Eleven months of treatment sucked, to be honest, and there are side effects that are still making themselves known all these years later, but from the outset I was determined to be optimistic about my outcome and to have a positive but not polly-annaish attitude about everything that came at Sarah and me.
Ten years on I can say we made it through thanks to our love for each other, the support of our family and friends, my amazing medical team, and our faith in God.

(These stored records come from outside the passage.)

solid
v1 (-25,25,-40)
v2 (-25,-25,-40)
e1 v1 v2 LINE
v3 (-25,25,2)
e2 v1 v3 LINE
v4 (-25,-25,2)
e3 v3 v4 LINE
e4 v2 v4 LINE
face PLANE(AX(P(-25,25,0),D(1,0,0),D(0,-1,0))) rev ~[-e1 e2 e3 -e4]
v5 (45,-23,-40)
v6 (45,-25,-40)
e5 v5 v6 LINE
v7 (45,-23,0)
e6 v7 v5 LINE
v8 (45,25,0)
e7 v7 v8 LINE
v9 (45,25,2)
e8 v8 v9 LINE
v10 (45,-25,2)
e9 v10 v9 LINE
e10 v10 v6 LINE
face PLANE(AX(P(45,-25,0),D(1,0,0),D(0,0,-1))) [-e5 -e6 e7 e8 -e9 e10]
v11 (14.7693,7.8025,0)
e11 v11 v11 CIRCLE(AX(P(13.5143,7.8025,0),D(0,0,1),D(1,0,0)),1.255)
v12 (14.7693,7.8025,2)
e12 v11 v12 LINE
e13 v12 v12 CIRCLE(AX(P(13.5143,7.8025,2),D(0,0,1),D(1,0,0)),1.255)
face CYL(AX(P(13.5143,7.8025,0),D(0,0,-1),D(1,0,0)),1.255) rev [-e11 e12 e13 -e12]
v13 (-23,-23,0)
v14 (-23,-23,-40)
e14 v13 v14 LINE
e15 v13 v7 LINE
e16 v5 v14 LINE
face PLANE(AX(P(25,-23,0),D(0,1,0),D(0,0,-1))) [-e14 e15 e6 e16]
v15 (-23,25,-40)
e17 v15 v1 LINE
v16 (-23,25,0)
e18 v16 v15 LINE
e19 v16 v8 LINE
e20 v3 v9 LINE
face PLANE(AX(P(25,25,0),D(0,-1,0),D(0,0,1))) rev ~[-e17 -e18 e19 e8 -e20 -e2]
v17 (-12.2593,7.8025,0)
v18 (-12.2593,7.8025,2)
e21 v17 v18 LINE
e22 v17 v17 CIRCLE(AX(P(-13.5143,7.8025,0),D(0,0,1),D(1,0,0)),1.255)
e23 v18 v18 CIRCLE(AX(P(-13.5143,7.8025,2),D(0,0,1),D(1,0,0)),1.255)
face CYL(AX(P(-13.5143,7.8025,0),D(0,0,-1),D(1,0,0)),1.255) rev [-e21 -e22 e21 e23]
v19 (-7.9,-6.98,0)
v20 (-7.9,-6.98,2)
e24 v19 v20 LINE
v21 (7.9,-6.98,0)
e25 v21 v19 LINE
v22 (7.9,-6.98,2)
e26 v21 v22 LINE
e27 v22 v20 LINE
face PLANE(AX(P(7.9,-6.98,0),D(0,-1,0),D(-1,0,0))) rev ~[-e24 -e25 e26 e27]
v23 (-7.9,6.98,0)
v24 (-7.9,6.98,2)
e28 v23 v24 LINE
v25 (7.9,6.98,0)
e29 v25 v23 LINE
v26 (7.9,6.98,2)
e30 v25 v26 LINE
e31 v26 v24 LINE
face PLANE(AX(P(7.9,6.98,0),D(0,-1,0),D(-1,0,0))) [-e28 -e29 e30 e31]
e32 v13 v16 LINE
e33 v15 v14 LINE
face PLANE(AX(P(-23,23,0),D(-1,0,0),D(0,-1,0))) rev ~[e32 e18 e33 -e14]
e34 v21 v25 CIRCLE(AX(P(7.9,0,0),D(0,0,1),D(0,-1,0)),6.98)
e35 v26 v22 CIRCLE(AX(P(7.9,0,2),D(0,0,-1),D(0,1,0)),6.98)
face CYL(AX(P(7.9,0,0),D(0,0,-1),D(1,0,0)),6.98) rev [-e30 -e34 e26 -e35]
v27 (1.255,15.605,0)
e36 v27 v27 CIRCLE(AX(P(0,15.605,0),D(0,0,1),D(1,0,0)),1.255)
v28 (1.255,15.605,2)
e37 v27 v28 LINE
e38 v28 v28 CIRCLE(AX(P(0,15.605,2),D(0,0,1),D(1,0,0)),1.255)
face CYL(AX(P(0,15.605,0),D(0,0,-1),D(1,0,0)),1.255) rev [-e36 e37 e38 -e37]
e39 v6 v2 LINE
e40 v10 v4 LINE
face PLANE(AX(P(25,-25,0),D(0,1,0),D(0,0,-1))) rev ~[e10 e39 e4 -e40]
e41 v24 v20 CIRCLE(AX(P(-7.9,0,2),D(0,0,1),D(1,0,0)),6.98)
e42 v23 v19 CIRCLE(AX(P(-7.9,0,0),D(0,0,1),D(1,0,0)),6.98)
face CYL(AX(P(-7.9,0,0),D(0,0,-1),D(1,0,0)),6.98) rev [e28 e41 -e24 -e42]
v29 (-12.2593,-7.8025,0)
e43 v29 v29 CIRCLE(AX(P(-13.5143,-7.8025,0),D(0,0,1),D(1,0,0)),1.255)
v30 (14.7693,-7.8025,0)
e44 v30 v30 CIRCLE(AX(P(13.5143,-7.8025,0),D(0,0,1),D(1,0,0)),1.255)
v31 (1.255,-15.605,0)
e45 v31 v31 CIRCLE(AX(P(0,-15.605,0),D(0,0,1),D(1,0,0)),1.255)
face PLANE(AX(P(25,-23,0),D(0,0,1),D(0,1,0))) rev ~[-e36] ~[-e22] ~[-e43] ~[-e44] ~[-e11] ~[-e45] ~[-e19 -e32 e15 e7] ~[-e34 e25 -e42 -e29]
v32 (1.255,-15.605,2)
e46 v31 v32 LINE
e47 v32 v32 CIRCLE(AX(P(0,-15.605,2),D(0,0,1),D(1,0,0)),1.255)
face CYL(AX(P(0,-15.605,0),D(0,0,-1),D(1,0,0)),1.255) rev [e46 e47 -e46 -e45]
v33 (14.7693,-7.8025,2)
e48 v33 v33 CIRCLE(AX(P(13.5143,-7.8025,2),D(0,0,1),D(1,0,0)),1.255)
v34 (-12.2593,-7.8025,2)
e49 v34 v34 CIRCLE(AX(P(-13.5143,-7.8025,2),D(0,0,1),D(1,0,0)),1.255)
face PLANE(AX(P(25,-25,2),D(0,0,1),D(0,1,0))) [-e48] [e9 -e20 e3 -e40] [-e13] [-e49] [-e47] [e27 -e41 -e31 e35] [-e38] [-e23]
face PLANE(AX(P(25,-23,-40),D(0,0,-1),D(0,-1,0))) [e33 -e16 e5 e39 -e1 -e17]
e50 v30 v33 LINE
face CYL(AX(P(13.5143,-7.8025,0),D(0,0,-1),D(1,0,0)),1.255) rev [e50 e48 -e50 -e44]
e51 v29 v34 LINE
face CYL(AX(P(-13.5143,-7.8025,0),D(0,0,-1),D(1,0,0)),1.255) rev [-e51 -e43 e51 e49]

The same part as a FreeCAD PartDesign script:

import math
import FreeCAD as App
import Part
import Sketcher

V = App.Vector


def add_polygon(sketch, points):
    """Adds a closed chain of lines whose ends are joined by coincident constraints."""
    first, n = sketch.GeometryCount, len(points)
    for a, b in zip(points, points[1:] + points[:1]):
        sketch.addGeometry(Part.LineSegment(App.Vector(*a, 0), App.Vector(*b, 0)), False)
    for i in range(n):
        sketch.addConstraint(Sketcher.Constraint("Coincident", first + i, 2, first + (i + 1) % n, 1))

doc = App.newDocument("Part")
params = doc.addObject("Spreadsheet::Sheet", "Params")
for row, (alias, value) in enumerate([
    ("sketch1_width", "50 mm"),
    ("sketch1_width2", "15.8 mm"),
    ("sketch1_diameter", "2.51 mm"),
    ("sketch1_radius", "6.98 mm"),
    ("pad1_length", "2 mm"),
    ("sketch2_width", "2 mm"),
    ("sketch2_width2", "50 mm"),
    ("pad2_length", "40 mm"),
    ("sketch3_width", "48 mm"),
    ("sketch3_width2", "50 mm"),
    ("sketch3_height", "40 mm"),
    ("pad3_length", "20 mm"),
], start=1):
    params.set(f"A{row}", alias)
    params.set(f"B{row}", "=" + value)
    params.setAlias(f"B{row}", alias)

body = doc.addObject("PartDesign::Body", "Body")

sketch1 = body.newObject("Sketcher::SketchObject", "Sketch")
sketch1.AttachmentSupport = (doc.getObject("XY_Plane"), [""])
sketch1.MapMode = "FlatFace"
add_polygon(sketch1, [(25, 25), (-25, 25), (-25, -25), (25, -25)])
sketch1.addGeometry(Part.Circle(V(-13.5, -7.8, 0), V(0, 0, 1), 1.3), False)
sketch1.addGeometry(Part.Circle(V(0, -15.6, 0), V(0, 0, 1), 1.3), False)
sketch1.addGeometry(Part.Circle(V(13.5, -7.8, 0), V(0, 0, 1), 1.3), False)
sketch1.addGeometry(Part.Circle(V(-13.5, 7.8, 0), V(0, 0, 1), 1.3), False)
sketch1.addGeometry(Part.ArcOfCircle(Part.Circle(V(7.9, 0, 0), V(0, 0, 1), 7), math.radians(-90), math.radians(90)), False)
sketch1.addGeometry(Part.LineSegment(V(7.9, -7, 0), V(-7.9, -7, 0)), False)
sketch1.addGeometry(Part.ArcOfCircle(Part.Circle(V(-7.9, 0, 0), V(0, 0, 1), 7), math.radians(90), math.radians(270)), False)
sketch1.addGeometry(Part.LineSegment(V(-7.9, 7, 0), V(7.9, 7, 0)), False)
sketch1.addGeometry(Part.Circle(V(13.5, 7.8, 0), V(0, 0, 1), 1.3), False)
sketch1.addGeometry(Part.Circle(V(0, 15.6, 0), V(0, 0, 1), 1.3), False)
sketch1.addConstraint([
    Sketcher.Constraint("Tangent", 8, 1, 9, 1),
    Sketcher.Constraint("Tangent", 9, 2, 10, 2),
    Sketcher.Constraint("Tangent", 10, 1, 11, 1),
    Sketcher.Constraint("Tangent", 11, 2, 8, 2),
    Sketcher.Constraint("Horizontal", 0),
    Sketcher.Constraint("Vertical", 1),
    Sketcher.Constraint("Horizontal", 2),
    Sketcher.Constraint("Vertical", 3),
    Sketcher.Constraint("Horizontal", 9),
    Sketcher.Constraint("Horizontal", 11),
    Sketcher.Constraint("Equal", 4, 5),
    Sketcher.Constraint("Equal", 5, 6),
    Sketcher.Constraint("Equal", 6, 7),
    Sketcher.Constraint("Equal", 7, 12),
    Sketcher.Constraint("Equal", 12, 13),
    Sketcher.Constraint("Symmetric", 6, 3, 7, 3, -1, 1),
    Sketcher.Constraint("Symmetric", 8, 3, 10, 3, -1, 1),
    Sketcher.Constraint("Symmetric", 4, 3, 12, 3, -1, 1),
    Sketcher.Constraint("Symmetric", 5, 3, 13, 3, -1, 1),
    Sketcher.Constraint("Symmetric", 0, 2, 2, 2, -1, 1),
    Sketcher.Constraint("Symmetric", 4, 3, 6, 3, -2),
    Sketcher.Constraint("PointOnObject", 5, 3, -2),
    Sketcher.Constraint("Equal", 2, 1),
    Sketcher.Constraint("DistanceX", 0, 2, 0, 1, 50.0),
    Sketcher.Constraint("DistanceX", 9, 2, 9, 1, 15.8),
    Sketcher.Constraint("Diameter", 4, 2.51),
    Sketcher.Constraint("Radius", 8, 6.98),
    Sketcher.Constraint("DistanceY", 5, 3, -1, 1, 15.605),
    Sketcher.Constraint("DistanceY", 4, 3, 7, 3, 15.605),
    Sketcher.Constraint("DistanceX", 4, 3, -1, 1, 13.5143),
])
sketch1.setExpression("Constraints[27]", "Params.sketch1_width")
sketch1.setExpression("Constraints[28]", "Params.sketch1_width2")
sketch1.setExpression("Constraints[29]", "Params.sketch1_diameter")
sketch1.setExpression("Constraints[30]", "Params.sketch1_radius")
pad1 = body.newObject("PartDesign::Pad", "Pad")
pad1.Profile = sketch1
pad1.setExpression("Length", "Params.pad1_length")

sketch2 = body.newObject("Sketcher::SketchObject", "Sketch001")
sketch2.AttachmentSupport = (doc.getObject("XY_Plane"), [""])
sketch2.MapMode = "FlatFace"
add_polygon(sketch2, [(25, -25), (25, -23), (-23, -23), (-23, 25), (-25, 25), (-25, -25)])
sketch2.addConstraint([
    Sketcher.Constraint("Vertical", 0),
    Sketcher.Constraint("Horizontal", 1),
    Sketcher.Constraint("Vertical", 2),
    Sketcher.Constraint("Horizontal", 3),
    Sketcher.Constraint("Vertical", 4),
    Sketcher.Constraint("Horizontal", 5),
    Sketcher.Constraint("Symmetric", 3, 2, 5, 2, -1, 1),
    Sketcher.Constraint("Equal", 3, 0),
    Sketcher.Constraint("Equal", 1, 2),
    Sketcher.Constraint("DistanceX", 3, 2, 3, 1, 2.0),
    Sketcher.Constraint("DistanceX", 5, 1, 5, 2, 50.0),
])
sketch2.setExpression("Constraints[15]", "Params.sketch2_width")
sketch2.setExpression("Constraints[16]", "Params.sketch2_width2")
pad2 = body.newObject("PartDesign::Pad", "Pad001")
pad2.Profile = sketch2
pad2.setExpression("Length", "Params.pad2_length")
pad2.Reversed = True

sketch3 = body.newObject("Sketcher::SketchObject", "Sketch002")
sketch3.AttachmentSupport = (doc.getObject("YZ_Plane"), [""])
sketch3.MapMode = "FlatFace"
sketch3.AttachmentOffset = App.Placement(V(0, 0, 25), App.Rotation())
add_polygon(sketch3, [(-23, -40), (-23, 0), (25, 0), (25, 2), (-25, 2), (-25, -40)])
sketch3.addConstraint([
    Sketcher.Constraint("Vertical", 0),
    Sketcher.Constraint("Horizontal", 1),
    Sketcher.Constraint("Vertical", 2),
    Sketcher.Constraint("Horizontal", 3),
    Sketcher.Constraint("Vertical", 4),
    Sketcher.Constraint("Horizontal", 5),
    Sketcher.Constraint("PointOnObject", 0, 2, -1),
    Sketcher.Constraint("Equal", 5, 2),
    Sketcher.Constraint("DistanceX", 1, 1, 1, 2, 48.0),
    Sketcher.Constraint("DistanceX", 3, 2, 3, 1, 50.0),
    Sketcher.Constraint("DistanceY", 0, 1, 0, 2, 40.0),
    Sketcher.Constraint("DistanceX", 0, 2, -1, 1, 23.0),
])
sketch3.setExpression("Constraints[14]", "Params.sketch3_width")
sketch3.setExpression("Constraints[15]", "Params.sketch3_width2")
sketch3.setExpression("Constraints[16]", "Params.sketch3_height")
pad3 = body.newObject("PartDesign::Pad", "Pad002")
pad3.Profile = sketch3
pad3.setExpression("Length", "Params.pad3_length")

doc.recompute()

Cancer made me a gratitude evangelist. I’ve seen the power of gratitude firsthand as a patient in treatment and in my life since cancer. One of the statistics I love to share is this one: expressing gratitude can make you up to 25 percent happier. Who couldn’t use more happiness?
I keep a gratitude journal. Every night before I go to bed I spend about five minutes writing down three things for which I am grateful. Almost always, what I’m grateful for are people or experiences. Dinner with friends, great conversations over bourbon or coffee, laughter or tears. The small things that are actually the big things.
Because of cancer, I am fierce advocate, sharing my story with anyone who will listen about ways to make life better for cancer patients, survivors and their families. It is for this work that I was invited to stand on that stage in Racine, Wisconsin, a few weeks ago.
My mom laid the foundation for the life I have. From letting me chase my dreams to being an example of resilience, I am grateful for all she gave me. It’s worth far more than standing on stage for a photo op, but it’s a start.
Thank you for the privilege of your time.